= PROBLEM TO SOLVE =
The result should be every line in the material below containing the string "Polygon".

= DATA FOR THE TASK =

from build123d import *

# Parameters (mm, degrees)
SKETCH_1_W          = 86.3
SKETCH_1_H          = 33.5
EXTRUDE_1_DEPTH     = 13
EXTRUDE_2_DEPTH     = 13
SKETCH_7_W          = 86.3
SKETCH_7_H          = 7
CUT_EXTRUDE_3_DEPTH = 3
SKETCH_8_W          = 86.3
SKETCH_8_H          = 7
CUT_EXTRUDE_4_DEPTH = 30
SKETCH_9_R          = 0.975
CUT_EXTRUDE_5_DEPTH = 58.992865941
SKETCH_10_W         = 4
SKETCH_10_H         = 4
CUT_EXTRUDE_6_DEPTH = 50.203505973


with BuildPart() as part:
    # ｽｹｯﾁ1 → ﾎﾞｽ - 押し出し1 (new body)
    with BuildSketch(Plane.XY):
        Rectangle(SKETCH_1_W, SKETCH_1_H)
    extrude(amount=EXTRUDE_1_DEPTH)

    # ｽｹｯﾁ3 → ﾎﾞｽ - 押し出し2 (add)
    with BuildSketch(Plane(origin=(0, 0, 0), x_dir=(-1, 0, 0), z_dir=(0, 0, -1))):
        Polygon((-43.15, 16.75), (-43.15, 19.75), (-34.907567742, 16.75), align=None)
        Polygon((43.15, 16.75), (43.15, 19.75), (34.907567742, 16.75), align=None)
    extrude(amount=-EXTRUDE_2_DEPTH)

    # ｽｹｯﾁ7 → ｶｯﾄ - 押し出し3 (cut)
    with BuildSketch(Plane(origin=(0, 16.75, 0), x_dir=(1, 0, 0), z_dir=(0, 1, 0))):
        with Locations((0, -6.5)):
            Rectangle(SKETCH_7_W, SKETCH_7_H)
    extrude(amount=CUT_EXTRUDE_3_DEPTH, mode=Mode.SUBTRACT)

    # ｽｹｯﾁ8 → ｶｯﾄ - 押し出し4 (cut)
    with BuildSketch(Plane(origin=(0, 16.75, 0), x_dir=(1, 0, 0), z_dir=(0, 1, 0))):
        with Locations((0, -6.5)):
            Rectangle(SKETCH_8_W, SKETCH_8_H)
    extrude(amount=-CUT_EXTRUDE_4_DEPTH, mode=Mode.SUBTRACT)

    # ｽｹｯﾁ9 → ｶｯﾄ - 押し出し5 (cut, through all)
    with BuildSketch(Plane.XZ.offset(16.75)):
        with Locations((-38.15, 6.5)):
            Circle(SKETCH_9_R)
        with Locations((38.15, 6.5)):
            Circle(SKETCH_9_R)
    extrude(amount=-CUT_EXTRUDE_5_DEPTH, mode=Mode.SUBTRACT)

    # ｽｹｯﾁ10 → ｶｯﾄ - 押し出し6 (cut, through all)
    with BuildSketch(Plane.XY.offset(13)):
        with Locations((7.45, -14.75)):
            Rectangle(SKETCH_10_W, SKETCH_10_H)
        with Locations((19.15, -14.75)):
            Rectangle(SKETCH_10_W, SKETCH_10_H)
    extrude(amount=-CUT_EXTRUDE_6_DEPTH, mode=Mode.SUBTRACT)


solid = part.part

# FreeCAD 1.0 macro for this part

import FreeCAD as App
import Part
import Sketcher
from FreeCAD import Vector
Q = App.Units.Quantity

doc = App.newDocument("Part")
body = doc.addObject("PartDesign::Body", "Body")

# Sketch on XY plane
sketch1 = body.newObject("Sketcher::SketchObject", "Sketch")
sketch1.AttachmentSupport = (doc.getObject("XY_Plane"), [""])
sketch1.MapMode = "FlatFace"
sketch1.addGeometry(Part.LineSegment(Vector(-43, 17, 0), Vector(-43, -17, 0)), False)
sketch1.addGeometry(Part.LineSegment(Vector(-43, -17, 0), Vector(43, -17, 0)), False)
sketch1.addGeometry(Part.LineSegment(Vector(43, -17, 0), Vector(43, 17, 0)), False)
sketch1.addGeometry(Part.LineSegment(Vector(43, 17, 0), Vector(-43, 17, 0)), False)
sketch1.addConstraint(Sketcher.Constraint("Coincident", 0, 2, 1, 1))
sketch1.addConstraint(Sketcher.Constraint("Coincident", 1, 2, 2, 1))
sketch1.addConstraint(Sketcher.Constraint("Coincident", 2, 2, 3, 1))
sketch1.addConstraint(Sketcher.Constraint("Coincident", 3, 2, 0, 1))
sketch1.addConstraint(Sketcher.Constraint("Vertical", 0))
sketch1.addConstraint(Sketcher.Constraint("Horizontal", 1))
sketch1.addConstraint(Sketcher.Constraint("Vertical", 2))
sketch1.addConstraint(Sketcher.Constraint("Horizontal", 3))
sketch1.addConstraint(Sketcher.Constraint("Symmetric", 0, 2, 2, 2, -1, 1))
sketch1.addConstraint(Sketcher.Constraint("DistanceX", 1, 1, 1, 2, Q("86.3 mm")))
sketch1.addConstraint(Sketcher.Constraint("DistanceY", 0, 2, 0, 1, Q("33.5 mm")))
pad1 = body.newObject("PartDesign::Pad", "Pad")
pad1.Profile = sketch1
pad1.Length = 13

# Sketch on XY plane
sketch2 = body.newObject("Sketcher::SketchObject", "Sketch001")
sketch2.AttachmentSupport = (doc.getObject("XY_Plane"), [""])
sketch2.MapMode = "FlatFace"
sketch2.addGeometry(Part.LineSegment(Vector(43.1, 19.8, 0), Vector(43.1, 16.8, 0)), False)
sketch2.addGeometry(Part.LineSegment(Vector(43.1, 16.8, 0), Vector(34.9, 16.8, 0)), False)
sketch2.addGeometry(Part.LineSegment(Vector(34.9, 16.8, 0), Vector(43.1, 19.8, 0)), False)
sketch2.addGeometry(Part.LineSegment(Vector(-43.1, 16.8, 0), Vector(-43.1, 19.8, 0)), False)
sketch2.addGeometry(Part.LineSegment(Vector(-43.1, 19.8, 0), Vector(-34.9, 16.8, 0)), False)
sketch2.addGeometry(Part.LineSegment(Vector(-34.9, 16.8, 0), Vector(-43.1, 16.8, 0)), False)
sketch2.addConstraint(Sketcher.Constraint("Coincident", 0, 2, 1, 1))
sketch2.addConstraint(Sketcher.Constraint("Coincident", 1, 2, 2, 1))
sketch2.addConstraint(Sketcher.Constraint("Coincident", 2, 2, 0, 1))
sketch2.addConstraint(Sketcher.Constraint("Coincident", 3, 2, 4, 1))
sketch2.addConstraint(Sketcher.Constraint("Coincident", 4, 2, 5, 1))
sketch2.addConstraint(Sketcher.Constraint("Coincident", 5, 2, 3, 1))
sketch2.addConstraint(Sketcher.Constraint("Vertical", 0))
sketch2.addConstraint(Sketcher.Constraint("Horizontal", 1))
sketch2.addConstraint(Sketcher.Constraint("Vertical", 3))
sketch2.addConstraint(Sketcher.Constraint("Horizontal", 5))
sketch2.addConstraint(Sketcher.Constraint("Symmetric", 2, 2, 3, 2, -2))
sketch2.addConstraint(Sketcher.Constraint("Symmetric", 1, 2, 4, 2, -2))
sketch2.addConstraint(Sketcher.Constraint("DistanceY", 0, 2, 0, 1, Q("3 mm")))
sketch2.addConstraint(Sketcher.Constraint("Angle", 2, Q("20 deg")))
sketch2.addConstraint(Sketcher.Constraint("DistanceX", 3, 2, 2, 2, Q("86.3 mm")))
sketch2.addConstraint(Sketcher.Constraint("DistanceY", -1, 1, 0, 2, Q("16.75 mm")))
pad2 = body.newObject("PartDesign::Pad", "Pad001")
pad2.Profile = sketch2
pad2.Length = 13

# Sketch on XZ plane
sketch3 = body.newObject("Sketcher::SketchObject", "Sketch002")
sketch3.AttachmentSupport = (doc.getObject("XZ_Plane"), [""])
sketch3.MapMode = "FlatFace"
sketch3.AttachmentOffset = App.Placement(Vector(0, 0, -16.75), App.Rotation())
sketch3.addGeometry(Part.LineSegment(Vector(-43, 3, 0), Vector(-43, 10, 0)), False)
sketch3.addGeometry(Part.LineSegment(Vector(-43, 10, 0), Vector(43, 10, 0)), False)
sketch3.addGeometry(Part.LineSegment(Vector(43, 10, 0), Vector(43, 3, 0)), False)
sketch3.addGeometry(Part.LineSegment(Vector(43, 3, 0), Vector(-43, 3, 0)), False)
sketch3.addConstraint(Sketcher.Constraint("Coincident", 0, 2, 1, 1))
sketch3.addConstraint(Sketcher.Constraint("Coincident", 1, 2, 2, 1))
sketch3.addConstraint(Sketcher.Constraint("Coincident", 2, 2, 3, 1))
sketch3.addConstraint(Sketcher.Constraint("Coincident", 3, 2, 0, 1))
sketch3.addConstraint(Sketcher.Constraint("Vertical", 0))
sketch3.addConstraint(Sketcher.Constraint("Horizontal", 1))
sketch3.addConstraint(Sketcher.Constraint("Vertical", 2))
sketch3.addConstraint(Sketcher.Constraint("Horizontal", 3))
sketch3.addConstraint(Sketcher.Constraint("DistanceY", 0, 1, 0, 2, Q("7 mm")))
sketch3.addConstraint(Sketcher.Constraint("DistanceX", 1, 1, 1, 2, Q("86.3 mm")))
sketch3.addConstraint(Sketcher.Constraint("DistanceY", -1, 1, 0, 2, Q("10 mm")))
sketch3.addConstraint(Sketcher.Constraint("DistanceX", 0, 2, -1, 1, Q("43.15 mm")))
pocket1 = body.newObject("PartDesign::Pocket", "Pocket")
pocket1.Profile = sketch3
pocket1.Length = 3

# Sketch on XZ plane
sketch4 = body.newObject("Sketcher::SketchObject", "Sketch003")
sketch4.AttachmentSupport = (doc.getObject("XZ_Plane"), [""])
sketch4.MapMode = "FlatFace"
sketch4.AttachmentOffset = App.Placement(Vector(0, 0, -16.75), App.Rotation())
sketch4.addGeometry(Part.LineSegment(Vector(-43, 3, 0), Vector(-43, 10, 0)), False)
sketch4.addGeometry(Part.LineSegment(Vector(-43, 10, 0), Vector(43, 10, 0)), False)
sketch4.addGeometry(Part.LineSegment(Vector(43, 10, 0), Vector(43, 3, 0)), False)
sketch4.addGeometry(Part.LineSegment(Vector(43, 3, 0), Vector(-43, 3, 0)), False)
sketch4.addConstraint(Sketcher.Constraint("Coincident", 0, 2, 1, 1))
sketch4.addConstraint(Sketcher.Constraint("Coincident", 1, 2, 2, 1))
sketch4.addConstraint(Sketcher.Constraint("Coincident", 2, 2, 3, 1))
sketch4.addConstraint(Sketcher.Constraint("Coincident", 3, 2, 0, 1))
sketch4.addConstraint(Sketcher.Constraint("Vertical", 0))
sketch4.addConstraint(Sketcher.Constraint("Horizontal", 1))
sketch4.addConstraint(Sketcher.Constraint("Vertical", 2))
sketch4.addConstraint(Sketcher.Constraint("Horizontal", 3))
sketch4.addConstraint(Sketcher.Constraint("DistanceY", 0, 1, 0, 2, Q("7 mm")))
sketch4.addConstraint(Sketcher.Constraint("DistanceX", 1, 1, 1, 2, Q("86.3 mm")))
sketch4.addConstraint(Sketcher.Constraint("DistanceY", -1, 1, 0, 2, Q("10 mm")))
sketch4.addConstraint(Sketcher.Constraint("DistanceX", 0, 2, -1, 1, Q("43.15 mm")))
pocket2 = body.newObject("PartDesign::Pocket", "Pocket001")
pocket2.Profile = sketch4
pocket2.Length = 30
pocket2.Reversed = True

# Sketch on XZ plane
sketch5 = body.newObject("Sketcher::SketchObject", "Sketch004")
sketch5.AttachmentSupport = (doc.getObject("XZ_Plane"), [""])
sketch5.MapMode = "FlatFace"
sketch5.AttachmentOffset = App.Placement(Vector(0, 0, 16.75), App.Rotation())
sketch5.addGeometry(Part.Circle(Vector(-38.1, 6.5, 0), Vector(0, 0, 1), 1), False)
sketch5.addGeometry(Part.Circle(Vector(38.1, 6.5, 0), Vector(0, 0, 1), 1), False)
sketch5.addConstraint(Sketcher.Constraint("Equal", 0, 1))
sketch5.addConstraint(Sketcher.Constraint("Symmetric", 0, 3, 1, 3, -2))
sketch5.addConstraint(Sketcher.Constraint("Diameter", 0, Q("1.95 mm")))
sketch5.addConstraint(Sketcher.Constraint("DistanceY", -1, 1, 0, 3, Q("6.5 mm")))
sketch5.addConstraint(Sketcher.Constraint("DistanceX", 0, 3, 1, 3, Q("76.3 mm")))
pocket3 = body.newObject("PartDesign::Pocket", "Pocket002")
pocket3.Profile = sketch5
pocket3.Type = "ThroughAll"

# Sketch on XY plane
sketch6 = body.newObject("Sketcher::SketchObject", "Sketch005")
sketch6.AttachmentSupport = (doc.getObject("XY_Plane"), [""])
sketch6.MapMode = "FlatFace"
sketch6.AttachmentOffset = App.Placement(Vector(0, 0, 13), App.Rotation())
sketch6.addGeometry(Part.LineSegment(Vector(5.5, -12.8, 0), Vector(5.5, -16.8, 0)), False)
sketch6.addGeometry(Part.LineSegment(Vector(5.5, -16.8, 0), Vector(9.4, -16.8, 0)), False)
sketch6.addGeometry(Part.LineSegment(Vector(9.4, -16.8, 0), Vector(9.4, -12.8, 0)), False)
sketch6.addGeometry(Part.LineSegment(Vector(9.4, -12.8, 0), Vector(5.5, -12.8, 0)), False)
sketch6.addGeometry(Part.LineSegment(Vector(17.1, -12.8, 0), Vector(17.1, -16.8, 0)), False)
sketch6.addGeometry(Part.LineSegment(Vector(17.1, -16.8, 0), Vector(21.1, -16.8, 0)), False)
sketch6.addGeometry(Part.LineSegment(Vector(21.1, -16.8, 0), Vector(21.1, -12.8, 0)), False)
sketch6.addGeometry(Part.LineSegment(Vector(21.1, -12.8, 0), Vector(17.1, -12.8, 0)), False)
sketch6.addConstraint(Sketcher.Constraint("Coincident", 0, 2, 1, 1))
sketch6.addConstraint(Sketcher.Constraint("Coincident", 1, 2, 2, 1))
sketch6.addConstraint(Sketcher.Constraint("Coincident", 2, 2, 3, 1))
sketch6.addConstraint(Sketcher.Constraint("Coincident", 3, 2, 0, 1))
sketch6.addConstraint(Sketcher.Constraint("Coincident", 4, 2, 5, 1))
sketch6.addConstraint(Sketcher.Constraint("Coincident", 5, 2, 6, 1))
sketch6.addConstraint(Sketcher.Constraint("Coincident", 6, 2, 7, 1))
sketch6.addConstraint(Sketcher.Constraint("Coincident", 7, 2, 4, 1))
sketch6.addConstraint(Sketcher.Constraint("Vertical", 0))
sketch6.addConstraint(Sketcher.Constraint("Horizontal", 1))
sketch6.addConstraint(Sketcher.Constraint("Vertical", 2))
sketch6.addConstraint(Sketcher.Constraint("Horizontal", 3))
sketch6.addConstraint(Sketcher.Constraint("Vertical", 4))
sketch6.addConstraint(Sketcher.Constraint("Horizontal", 5))
sketch6.addConstraint(Sketcher.Constraint("Vertical", 6))
sketch6.addConstraint(Sketcher.Constraint("Horizontal", 7))
sketch6.addConstraint(Sketcher.Constraint("Horizontal", 1, 2, 4, 2))
sketch6.addConstraint(Sketcher.Constraint("Horizontal", 3, 2, 6, 2))
sketch6.addConstraint(Sketcher.Constraint("Equal", 3, 5))
sketch6.addConstraint(Sketcher.Constraint("Equal", 7, 0))
sketch6.addConstraint(Sketcher.Constraint("DistanceX", 1, 1, 1, 2, Q("4 mm")))
sketch6.addConstraint(Sketcher.Constraint("DistanceX", 1, 2, 4, 2, Q("7.7 mm")))
sketch6.addConstraint(Sketcher.Constraint("DistanceX", -1, 1, 0, 2, Q("5.45 mm")))
sketch6.addConstraint(Sketcher.Constraint("DistanceY", 0, 2, -1, 1, Q("16.75 mm")))
pocket4 = body.newObject("PartDesign::Pocket", "Pocket003")
pocket4.Profile = sketch6
pocket4.Type = "ThroughAll"

doc.recompute()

= EXERCISE ANSWER =
        Polygon((-43.15, 16.75), (-43.15, 19.75), (-34.907567742, 16.75), align=None)
        Polygon((43.15, 16.75), (43.15, 19.75), (34.907567742, 16.75), align=None)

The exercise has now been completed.